Forecast: Auroral activity will be high. Weather permitting, highly active auroral displays will be visible overhead from Inuvik, Yellowknife, Rankin and Igaluit to Juneau, Edmonton, Winnipeg, Thunder Bay and Sept-Iles, and visible low on the horizon from Seattle, Des Moines, Chicago, Cleveland, Boston, and Halifax.

Forecaster Comments: Another two solar events have occurred on Jan 23rd. The effects of these events will reach Earth in 12 to 24 hours of the time of this prediction (noon or later on 24 Jan GMT). The short term forecast on the forecast web site (http://www.gi.alaska.edu/AuroralForecast) is down right now, so you should watch the Current Auroral activity to see the occurrence in your region.


----------



## Kernuak (Jan 25, 2012)

I had been planning visiting somewhere in Scandinavia this week while was off, but decided to wait until next year, as it had been so quiet .


----------



## well_dunno (Jan 25, 2012)

There should be quite a show later this year as the solar storm is predicted to be strongest for some time if I am not mistaken...

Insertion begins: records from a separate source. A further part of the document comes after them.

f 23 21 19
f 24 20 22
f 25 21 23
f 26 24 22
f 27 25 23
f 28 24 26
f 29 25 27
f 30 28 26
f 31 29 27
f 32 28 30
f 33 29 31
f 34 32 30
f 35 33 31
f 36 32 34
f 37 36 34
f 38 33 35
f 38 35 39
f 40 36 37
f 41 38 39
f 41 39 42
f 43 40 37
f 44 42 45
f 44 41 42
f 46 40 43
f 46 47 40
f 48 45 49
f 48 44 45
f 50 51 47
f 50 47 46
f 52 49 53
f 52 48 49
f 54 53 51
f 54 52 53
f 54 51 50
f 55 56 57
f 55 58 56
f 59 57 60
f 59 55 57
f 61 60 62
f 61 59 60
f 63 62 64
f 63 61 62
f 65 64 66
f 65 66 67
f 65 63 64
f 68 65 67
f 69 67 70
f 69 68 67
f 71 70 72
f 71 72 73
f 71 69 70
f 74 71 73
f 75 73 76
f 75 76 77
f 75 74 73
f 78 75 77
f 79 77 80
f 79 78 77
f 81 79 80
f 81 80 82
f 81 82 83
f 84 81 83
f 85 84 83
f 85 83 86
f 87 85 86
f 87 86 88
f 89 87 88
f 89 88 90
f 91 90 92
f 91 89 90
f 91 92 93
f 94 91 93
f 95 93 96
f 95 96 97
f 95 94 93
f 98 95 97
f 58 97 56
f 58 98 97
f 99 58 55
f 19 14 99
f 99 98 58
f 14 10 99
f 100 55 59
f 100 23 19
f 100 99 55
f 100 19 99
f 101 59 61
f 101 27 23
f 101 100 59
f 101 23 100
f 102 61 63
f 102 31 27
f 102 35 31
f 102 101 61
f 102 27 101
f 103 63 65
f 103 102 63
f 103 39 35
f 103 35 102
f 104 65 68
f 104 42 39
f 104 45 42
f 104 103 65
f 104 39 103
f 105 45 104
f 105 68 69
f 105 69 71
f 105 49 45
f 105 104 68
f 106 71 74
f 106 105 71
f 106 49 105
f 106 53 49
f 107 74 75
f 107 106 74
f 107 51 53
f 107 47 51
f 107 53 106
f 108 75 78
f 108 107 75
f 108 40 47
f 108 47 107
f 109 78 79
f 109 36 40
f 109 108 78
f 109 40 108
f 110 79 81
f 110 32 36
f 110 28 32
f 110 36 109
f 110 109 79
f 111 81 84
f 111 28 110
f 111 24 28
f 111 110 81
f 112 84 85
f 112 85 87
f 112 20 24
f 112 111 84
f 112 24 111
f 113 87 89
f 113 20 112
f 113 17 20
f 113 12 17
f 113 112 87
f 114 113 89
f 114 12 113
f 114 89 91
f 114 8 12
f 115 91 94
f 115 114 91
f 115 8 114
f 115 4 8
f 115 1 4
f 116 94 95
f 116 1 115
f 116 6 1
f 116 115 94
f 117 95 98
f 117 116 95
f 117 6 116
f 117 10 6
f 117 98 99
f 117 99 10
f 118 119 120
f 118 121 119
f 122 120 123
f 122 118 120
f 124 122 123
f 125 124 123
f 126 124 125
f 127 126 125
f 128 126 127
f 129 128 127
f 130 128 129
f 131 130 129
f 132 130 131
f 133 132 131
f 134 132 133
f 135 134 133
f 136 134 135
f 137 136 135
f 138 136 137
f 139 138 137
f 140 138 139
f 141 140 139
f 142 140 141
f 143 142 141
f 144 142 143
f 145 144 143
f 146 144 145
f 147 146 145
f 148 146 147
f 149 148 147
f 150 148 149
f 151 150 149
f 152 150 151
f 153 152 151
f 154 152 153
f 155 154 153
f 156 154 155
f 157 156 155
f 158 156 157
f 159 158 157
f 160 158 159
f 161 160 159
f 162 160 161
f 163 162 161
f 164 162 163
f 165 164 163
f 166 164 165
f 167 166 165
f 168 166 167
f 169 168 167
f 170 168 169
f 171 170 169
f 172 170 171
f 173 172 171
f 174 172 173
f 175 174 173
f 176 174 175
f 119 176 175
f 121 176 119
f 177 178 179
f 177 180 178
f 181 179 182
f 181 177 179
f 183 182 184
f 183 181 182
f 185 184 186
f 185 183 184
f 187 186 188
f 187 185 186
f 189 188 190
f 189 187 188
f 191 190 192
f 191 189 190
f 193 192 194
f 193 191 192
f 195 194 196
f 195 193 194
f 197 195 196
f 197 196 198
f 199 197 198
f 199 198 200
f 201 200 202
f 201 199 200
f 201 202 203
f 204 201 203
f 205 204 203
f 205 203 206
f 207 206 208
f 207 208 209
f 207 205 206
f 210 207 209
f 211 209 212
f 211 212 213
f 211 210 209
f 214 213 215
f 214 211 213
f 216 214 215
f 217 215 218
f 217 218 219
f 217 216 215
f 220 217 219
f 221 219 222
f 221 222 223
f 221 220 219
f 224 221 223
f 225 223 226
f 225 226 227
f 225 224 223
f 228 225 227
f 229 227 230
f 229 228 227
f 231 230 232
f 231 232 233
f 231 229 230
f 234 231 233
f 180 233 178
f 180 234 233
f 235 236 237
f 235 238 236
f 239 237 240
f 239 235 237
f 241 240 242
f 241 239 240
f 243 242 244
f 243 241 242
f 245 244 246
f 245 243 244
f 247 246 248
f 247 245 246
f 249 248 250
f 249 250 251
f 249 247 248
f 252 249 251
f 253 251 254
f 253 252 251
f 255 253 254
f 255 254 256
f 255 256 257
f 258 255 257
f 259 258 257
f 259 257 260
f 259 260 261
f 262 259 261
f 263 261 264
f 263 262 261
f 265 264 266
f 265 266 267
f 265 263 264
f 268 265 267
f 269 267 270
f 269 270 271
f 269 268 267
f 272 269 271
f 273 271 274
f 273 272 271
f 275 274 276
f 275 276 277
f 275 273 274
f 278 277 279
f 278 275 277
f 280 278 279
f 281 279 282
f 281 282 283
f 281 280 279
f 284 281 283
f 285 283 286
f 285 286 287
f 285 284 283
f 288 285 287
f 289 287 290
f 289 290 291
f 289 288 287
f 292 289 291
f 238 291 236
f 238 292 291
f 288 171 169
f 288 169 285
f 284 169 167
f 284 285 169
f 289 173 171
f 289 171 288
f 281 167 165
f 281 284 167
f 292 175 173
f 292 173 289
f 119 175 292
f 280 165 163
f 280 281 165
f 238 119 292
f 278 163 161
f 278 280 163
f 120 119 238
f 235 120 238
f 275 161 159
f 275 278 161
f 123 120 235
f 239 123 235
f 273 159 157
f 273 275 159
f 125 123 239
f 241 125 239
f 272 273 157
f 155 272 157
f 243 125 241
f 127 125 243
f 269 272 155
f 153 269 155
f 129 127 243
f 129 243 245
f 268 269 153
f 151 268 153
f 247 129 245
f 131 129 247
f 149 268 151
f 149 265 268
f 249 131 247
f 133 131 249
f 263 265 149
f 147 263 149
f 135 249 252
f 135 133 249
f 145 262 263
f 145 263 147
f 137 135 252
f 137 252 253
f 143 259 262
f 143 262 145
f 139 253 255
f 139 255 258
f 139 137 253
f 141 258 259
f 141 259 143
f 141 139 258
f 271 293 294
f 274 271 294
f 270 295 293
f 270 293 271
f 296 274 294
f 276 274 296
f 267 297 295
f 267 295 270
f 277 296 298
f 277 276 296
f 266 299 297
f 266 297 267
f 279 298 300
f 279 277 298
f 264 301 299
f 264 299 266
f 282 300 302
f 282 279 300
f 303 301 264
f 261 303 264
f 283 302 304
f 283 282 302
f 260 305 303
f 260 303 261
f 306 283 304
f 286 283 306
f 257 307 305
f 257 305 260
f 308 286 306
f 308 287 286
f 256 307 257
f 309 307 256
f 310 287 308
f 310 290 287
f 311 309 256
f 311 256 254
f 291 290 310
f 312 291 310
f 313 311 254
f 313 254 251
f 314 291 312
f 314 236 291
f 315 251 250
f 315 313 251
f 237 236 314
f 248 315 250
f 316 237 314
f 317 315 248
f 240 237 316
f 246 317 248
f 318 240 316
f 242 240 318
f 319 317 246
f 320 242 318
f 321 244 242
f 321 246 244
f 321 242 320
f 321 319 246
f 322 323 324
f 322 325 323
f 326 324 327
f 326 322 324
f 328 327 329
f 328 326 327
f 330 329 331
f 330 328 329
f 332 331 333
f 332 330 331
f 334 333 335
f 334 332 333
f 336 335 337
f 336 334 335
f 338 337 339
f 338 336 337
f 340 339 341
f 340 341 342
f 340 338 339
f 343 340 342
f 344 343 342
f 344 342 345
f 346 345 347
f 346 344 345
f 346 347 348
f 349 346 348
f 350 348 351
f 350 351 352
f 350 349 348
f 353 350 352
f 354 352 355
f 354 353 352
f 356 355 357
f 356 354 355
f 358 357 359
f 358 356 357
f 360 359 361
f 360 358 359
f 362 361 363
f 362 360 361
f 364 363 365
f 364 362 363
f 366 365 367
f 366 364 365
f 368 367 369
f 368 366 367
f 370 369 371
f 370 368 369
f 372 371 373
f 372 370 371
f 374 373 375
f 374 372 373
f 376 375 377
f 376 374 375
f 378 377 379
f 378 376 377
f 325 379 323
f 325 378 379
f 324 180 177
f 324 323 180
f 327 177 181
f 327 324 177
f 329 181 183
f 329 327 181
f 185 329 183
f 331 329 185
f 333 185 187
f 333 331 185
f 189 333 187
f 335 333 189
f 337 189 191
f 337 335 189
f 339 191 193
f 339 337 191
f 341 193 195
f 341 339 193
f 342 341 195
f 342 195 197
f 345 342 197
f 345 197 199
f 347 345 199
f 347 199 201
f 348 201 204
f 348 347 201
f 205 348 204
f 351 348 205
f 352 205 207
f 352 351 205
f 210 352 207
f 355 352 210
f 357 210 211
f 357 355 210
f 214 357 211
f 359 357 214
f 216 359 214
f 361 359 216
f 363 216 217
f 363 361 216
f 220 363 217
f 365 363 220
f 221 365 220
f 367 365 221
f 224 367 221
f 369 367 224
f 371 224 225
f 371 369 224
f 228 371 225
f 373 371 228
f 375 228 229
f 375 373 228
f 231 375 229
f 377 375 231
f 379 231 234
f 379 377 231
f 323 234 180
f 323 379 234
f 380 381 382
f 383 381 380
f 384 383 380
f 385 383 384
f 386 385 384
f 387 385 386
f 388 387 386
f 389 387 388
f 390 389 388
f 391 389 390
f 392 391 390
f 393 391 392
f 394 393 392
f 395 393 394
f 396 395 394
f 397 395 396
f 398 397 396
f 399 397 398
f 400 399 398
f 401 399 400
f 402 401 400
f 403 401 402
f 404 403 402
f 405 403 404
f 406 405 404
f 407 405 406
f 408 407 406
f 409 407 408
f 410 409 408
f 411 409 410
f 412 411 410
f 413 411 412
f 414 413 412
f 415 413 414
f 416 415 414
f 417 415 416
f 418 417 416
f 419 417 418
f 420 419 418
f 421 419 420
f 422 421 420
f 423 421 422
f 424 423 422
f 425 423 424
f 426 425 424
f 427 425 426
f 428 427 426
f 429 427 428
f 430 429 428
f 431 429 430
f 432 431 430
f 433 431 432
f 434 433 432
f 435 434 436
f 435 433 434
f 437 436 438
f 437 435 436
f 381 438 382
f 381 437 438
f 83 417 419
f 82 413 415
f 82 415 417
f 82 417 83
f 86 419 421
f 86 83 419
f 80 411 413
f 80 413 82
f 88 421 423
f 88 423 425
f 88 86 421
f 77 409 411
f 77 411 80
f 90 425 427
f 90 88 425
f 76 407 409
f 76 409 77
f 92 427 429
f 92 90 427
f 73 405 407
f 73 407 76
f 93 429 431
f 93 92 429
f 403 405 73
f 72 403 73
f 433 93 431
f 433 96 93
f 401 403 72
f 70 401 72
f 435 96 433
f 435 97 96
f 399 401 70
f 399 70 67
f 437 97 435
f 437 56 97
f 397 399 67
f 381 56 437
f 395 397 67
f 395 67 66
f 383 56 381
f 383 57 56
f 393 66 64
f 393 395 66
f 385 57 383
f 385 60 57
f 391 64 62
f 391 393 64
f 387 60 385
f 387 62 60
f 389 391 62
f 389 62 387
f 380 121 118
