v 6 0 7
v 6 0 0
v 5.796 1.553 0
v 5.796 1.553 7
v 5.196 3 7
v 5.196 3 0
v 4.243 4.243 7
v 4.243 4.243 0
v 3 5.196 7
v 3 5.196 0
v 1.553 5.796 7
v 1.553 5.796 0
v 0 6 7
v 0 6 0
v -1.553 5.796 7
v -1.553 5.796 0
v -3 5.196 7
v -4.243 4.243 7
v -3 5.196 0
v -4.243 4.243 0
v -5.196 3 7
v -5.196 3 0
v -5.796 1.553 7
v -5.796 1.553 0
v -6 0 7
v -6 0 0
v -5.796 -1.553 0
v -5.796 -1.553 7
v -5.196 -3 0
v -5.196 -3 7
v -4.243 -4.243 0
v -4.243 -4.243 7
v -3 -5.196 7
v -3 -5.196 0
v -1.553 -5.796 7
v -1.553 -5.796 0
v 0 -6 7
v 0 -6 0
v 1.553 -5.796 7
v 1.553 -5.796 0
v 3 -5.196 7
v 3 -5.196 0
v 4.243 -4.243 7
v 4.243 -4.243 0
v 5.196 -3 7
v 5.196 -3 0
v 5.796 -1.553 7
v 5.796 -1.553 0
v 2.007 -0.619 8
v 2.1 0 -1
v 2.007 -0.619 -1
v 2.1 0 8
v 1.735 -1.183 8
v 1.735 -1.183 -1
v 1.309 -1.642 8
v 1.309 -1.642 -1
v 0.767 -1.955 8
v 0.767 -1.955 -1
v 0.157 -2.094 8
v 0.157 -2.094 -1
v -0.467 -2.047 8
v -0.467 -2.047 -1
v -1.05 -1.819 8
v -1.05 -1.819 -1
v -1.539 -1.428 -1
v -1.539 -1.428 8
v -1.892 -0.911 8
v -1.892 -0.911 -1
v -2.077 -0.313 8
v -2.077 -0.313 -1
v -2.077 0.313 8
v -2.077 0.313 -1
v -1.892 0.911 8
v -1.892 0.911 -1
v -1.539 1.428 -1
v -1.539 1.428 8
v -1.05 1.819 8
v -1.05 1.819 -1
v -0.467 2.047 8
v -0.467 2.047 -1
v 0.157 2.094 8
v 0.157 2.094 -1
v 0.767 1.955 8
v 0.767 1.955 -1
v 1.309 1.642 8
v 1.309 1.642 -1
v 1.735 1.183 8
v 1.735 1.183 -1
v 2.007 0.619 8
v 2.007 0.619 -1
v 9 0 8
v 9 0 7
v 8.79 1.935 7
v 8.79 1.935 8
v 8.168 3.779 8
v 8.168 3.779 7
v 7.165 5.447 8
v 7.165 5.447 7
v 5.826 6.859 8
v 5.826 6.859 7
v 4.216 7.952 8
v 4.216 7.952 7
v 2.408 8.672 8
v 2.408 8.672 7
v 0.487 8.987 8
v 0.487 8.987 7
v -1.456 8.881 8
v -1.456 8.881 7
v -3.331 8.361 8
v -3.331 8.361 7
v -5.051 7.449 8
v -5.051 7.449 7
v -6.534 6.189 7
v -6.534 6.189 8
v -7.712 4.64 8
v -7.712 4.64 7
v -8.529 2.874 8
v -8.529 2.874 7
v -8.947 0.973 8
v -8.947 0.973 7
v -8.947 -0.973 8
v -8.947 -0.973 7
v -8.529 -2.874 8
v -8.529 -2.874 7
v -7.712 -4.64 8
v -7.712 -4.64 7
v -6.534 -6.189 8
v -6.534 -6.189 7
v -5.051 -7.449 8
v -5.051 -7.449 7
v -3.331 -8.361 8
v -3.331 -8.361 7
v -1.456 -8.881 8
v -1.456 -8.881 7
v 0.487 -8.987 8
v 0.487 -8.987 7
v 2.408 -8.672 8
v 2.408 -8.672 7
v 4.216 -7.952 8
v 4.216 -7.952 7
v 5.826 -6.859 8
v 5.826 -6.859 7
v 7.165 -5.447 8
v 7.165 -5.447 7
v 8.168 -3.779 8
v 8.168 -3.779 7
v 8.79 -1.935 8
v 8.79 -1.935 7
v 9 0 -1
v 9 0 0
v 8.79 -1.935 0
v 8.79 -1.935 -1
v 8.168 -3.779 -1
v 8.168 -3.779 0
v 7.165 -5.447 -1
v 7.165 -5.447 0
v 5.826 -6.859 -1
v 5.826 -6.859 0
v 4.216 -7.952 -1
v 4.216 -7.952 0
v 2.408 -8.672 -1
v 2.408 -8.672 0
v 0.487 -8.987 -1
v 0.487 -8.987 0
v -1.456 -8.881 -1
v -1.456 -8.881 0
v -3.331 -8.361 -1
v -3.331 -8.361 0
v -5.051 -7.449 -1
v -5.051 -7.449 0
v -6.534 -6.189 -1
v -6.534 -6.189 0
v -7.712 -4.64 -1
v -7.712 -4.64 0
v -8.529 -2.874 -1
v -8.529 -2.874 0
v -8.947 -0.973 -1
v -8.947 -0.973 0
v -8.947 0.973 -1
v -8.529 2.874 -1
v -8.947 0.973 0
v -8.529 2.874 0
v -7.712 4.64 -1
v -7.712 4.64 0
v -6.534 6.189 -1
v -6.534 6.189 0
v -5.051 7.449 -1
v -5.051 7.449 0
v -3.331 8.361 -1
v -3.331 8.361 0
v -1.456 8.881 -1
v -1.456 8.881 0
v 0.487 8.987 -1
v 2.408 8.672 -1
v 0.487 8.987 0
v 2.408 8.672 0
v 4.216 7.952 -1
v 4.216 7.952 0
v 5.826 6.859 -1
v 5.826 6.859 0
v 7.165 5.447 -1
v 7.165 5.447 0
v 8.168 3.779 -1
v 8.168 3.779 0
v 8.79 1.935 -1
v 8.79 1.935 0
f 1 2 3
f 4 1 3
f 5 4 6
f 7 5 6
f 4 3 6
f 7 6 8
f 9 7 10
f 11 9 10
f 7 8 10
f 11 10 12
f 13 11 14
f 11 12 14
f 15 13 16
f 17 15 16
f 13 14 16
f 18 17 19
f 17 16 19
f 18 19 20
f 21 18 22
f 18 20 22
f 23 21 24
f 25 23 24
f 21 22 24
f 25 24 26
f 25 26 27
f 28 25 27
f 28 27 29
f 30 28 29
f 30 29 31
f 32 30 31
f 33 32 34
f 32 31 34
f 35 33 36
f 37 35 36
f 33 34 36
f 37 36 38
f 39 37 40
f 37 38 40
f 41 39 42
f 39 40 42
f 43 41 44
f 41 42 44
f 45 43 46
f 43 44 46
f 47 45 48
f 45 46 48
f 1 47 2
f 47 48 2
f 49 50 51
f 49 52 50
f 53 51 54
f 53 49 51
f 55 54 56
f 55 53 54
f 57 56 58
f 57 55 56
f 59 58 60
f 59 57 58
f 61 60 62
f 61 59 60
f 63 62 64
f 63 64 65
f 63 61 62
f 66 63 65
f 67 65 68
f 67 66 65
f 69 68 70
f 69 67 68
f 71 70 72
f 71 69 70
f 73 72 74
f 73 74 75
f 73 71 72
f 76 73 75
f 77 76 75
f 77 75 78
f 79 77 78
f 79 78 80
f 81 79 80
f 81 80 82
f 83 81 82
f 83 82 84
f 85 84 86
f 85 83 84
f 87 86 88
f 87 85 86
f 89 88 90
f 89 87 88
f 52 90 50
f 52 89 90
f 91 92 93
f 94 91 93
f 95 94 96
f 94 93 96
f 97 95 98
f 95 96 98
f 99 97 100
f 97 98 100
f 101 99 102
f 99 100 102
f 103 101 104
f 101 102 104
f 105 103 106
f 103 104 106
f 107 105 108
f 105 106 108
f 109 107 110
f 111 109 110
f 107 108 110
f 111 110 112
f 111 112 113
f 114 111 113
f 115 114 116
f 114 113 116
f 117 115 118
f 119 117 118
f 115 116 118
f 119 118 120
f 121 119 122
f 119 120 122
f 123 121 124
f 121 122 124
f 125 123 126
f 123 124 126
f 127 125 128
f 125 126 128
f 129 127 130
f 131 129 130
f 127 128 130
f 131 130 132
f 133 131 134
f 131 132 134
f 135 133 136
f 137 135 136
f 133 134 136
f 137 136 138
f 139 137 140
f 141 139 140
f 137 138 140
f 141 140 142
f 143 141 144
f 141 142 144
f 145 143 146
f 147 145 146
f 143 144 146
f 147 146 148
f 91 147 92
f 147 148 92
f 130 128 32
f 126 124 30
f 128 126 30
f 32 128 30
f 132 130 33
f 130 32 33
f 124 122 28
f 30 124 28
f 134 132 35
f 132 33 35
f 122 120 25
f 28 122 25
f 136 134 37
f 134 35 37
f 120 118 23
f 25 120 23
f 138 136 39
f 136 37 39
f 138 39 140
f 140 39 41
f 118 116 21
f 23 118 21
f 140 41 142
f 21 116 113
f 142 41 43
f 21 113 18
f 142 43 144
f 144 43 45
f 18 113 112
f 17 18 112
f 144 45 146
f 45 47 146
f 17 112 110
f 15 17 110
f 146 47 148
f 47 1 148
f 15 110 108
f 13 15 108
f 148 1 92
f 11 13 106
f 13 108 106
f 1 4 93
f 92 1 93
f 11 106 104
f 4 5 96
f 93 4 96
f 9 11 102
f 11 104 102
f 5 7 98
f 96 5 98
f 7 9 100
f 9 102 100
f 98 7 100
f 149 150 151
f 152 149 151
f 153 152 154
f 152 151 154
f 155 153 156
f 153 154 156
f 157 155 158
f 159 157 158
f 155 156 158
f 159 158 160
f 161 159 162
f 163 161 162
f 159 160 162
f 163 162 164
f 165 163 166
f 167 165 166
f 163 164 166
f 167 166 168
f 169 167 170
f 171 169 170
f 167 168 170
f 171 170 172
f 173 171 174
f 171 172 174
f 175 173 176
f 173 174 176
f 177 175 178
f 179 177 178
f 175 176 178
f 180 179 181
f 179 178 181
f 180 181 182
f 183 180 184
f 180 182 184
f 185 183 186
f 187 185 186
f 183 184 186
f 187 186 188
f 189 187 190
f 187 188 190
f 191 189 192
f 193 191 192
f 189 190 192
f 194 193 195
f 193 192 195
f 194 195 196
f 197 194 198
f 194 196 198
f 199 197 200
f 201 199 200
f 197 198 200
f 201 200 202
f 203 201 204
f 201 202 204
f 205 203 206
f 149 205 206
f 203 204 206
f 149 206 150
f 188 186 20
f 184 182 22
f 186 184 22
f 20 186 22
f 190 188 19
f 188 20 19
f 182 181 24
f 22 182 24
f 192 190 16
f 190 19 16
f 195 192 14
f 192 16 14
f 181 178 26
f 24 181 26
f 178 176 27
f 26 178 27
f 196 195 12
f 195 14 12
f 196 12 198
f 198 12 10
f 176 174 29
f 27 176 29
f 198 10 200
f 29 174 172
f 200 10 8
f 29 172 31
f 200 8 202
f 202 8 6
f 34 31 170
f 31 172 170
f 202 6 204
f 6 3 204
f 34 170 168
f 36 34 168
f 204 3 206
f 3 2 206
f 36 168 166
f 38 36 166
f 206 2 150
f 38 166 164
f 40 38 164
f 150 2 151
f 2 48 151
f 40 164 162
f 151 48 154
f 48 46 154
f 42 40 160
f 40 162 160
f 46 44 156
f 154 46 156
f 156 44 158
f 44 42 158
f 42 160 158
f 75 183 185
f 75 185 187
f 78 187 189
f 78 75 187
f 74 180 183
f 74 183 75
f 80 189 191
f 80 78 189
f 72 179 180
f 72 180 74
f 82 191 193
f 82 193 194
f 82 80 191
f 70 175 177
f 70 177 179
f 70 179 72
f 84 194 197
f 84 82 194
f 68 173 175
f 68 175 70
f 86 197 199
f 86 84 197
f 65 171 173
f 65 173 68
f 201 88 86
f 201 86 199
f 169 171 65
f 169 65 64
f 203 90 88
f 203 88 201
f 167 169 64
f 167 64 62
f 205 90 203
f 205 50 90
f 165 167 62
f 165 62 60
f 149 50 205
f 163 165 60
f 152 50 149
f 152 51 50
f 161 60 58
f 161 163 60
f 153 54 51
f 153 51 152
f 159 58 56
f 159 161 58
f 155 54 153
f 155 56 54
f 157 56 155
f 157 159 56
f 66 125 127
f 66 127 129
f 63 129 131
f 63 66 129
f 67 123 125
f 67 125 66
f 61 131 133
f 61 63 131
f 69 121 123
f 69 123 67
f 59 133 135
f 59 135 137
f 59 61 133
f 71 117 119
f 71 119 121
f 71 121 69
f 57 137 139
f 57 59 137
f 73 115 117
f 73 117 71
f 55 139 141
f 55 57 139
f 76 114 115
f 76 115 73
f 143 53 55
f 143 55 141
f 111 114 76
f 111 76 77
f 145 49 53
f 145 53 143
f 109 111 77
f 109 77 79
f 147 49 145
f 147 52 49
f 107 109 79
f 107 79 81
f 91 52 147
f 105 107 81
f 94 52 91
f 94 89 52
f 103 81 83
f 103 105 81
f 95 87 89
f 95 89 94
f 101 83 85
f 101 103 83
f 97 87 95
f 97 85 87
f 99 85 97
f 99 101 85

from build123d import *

# Parameters (mm, degrees)
SKETCH_R      = 6
SKETCH_R_2    = 2.1
PAD_DEPTH     = 7
SKETCH001_R   = 9
SKETCH001_R_2 = 2.1
PAD001_DEPTH  = 1
SKETCH002_R   = 9
SKETCH002_R_2 = 2.1
PAD002_DEPTH  = 1


with BuildPart() as part:
    # Sketch → Pad (new body)
    with BuildSketch(Plane.XY):
        Circle(SKETCH_R)
        Circle(SKETCH_R_2, mode=Mode.SUBTRACT)
    extrude(amount=PAD_DEPTH)

    # Sketch001 (on Face4 of Pad) → Pad001 (join)
    with BuildSketch(Plane.XY.offset(7)):
        Circle(SKETCH001_R)
        Circle(SKETCH001_R_2, mode=Mode.SUBTRACT)
    extrude(amount=PAD001_DEPTH)

    # Sketch002 (on Face2 of Pad001) → Pad002 (join)
    with BuildSketch(Plane(origin=(0, 0, 0), x_dir=(1, 0, 0), z_dir=(0, 0, -1))):
        Circle(SKETCH002_R)
        Circle(SKETCH002_R_2, mode=Mode.SUBTRACT)
    extrude(amount=PAD002_DEPTH)


solid = part.part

I recall reading that northern lights were reported to be seen from Rome during a solar storm of a similar strength to the one predicted this year. Cannot recall if that was in 19th or 20th century though... 

I think I will have a trip to Scandinavia this autumn... Perhaps it's better to get a sturdy umbrella, in case the solar storm brings down a satellite or two ;D


----------



## Kernuak (Jan 25, 2012)

Solar activity seems to be stronger around the equinoxes, so I was thinking late September this year or the following February (when it is darker longer, with snow on the ground).


----------



## well_dunno (Jan 25, 2012)

I am aiming at October  

Generally speaking, I would say chances of seeing them are very good in November-January in the polar circle as well thanks to the very long nights but snow might not be good if one is close to a city. Usually the sky gets alight because of the reflections from the snow decreasing the visibility of the northern lights. Coastal areas away from cities/towns provide better opportunities as per my experience. 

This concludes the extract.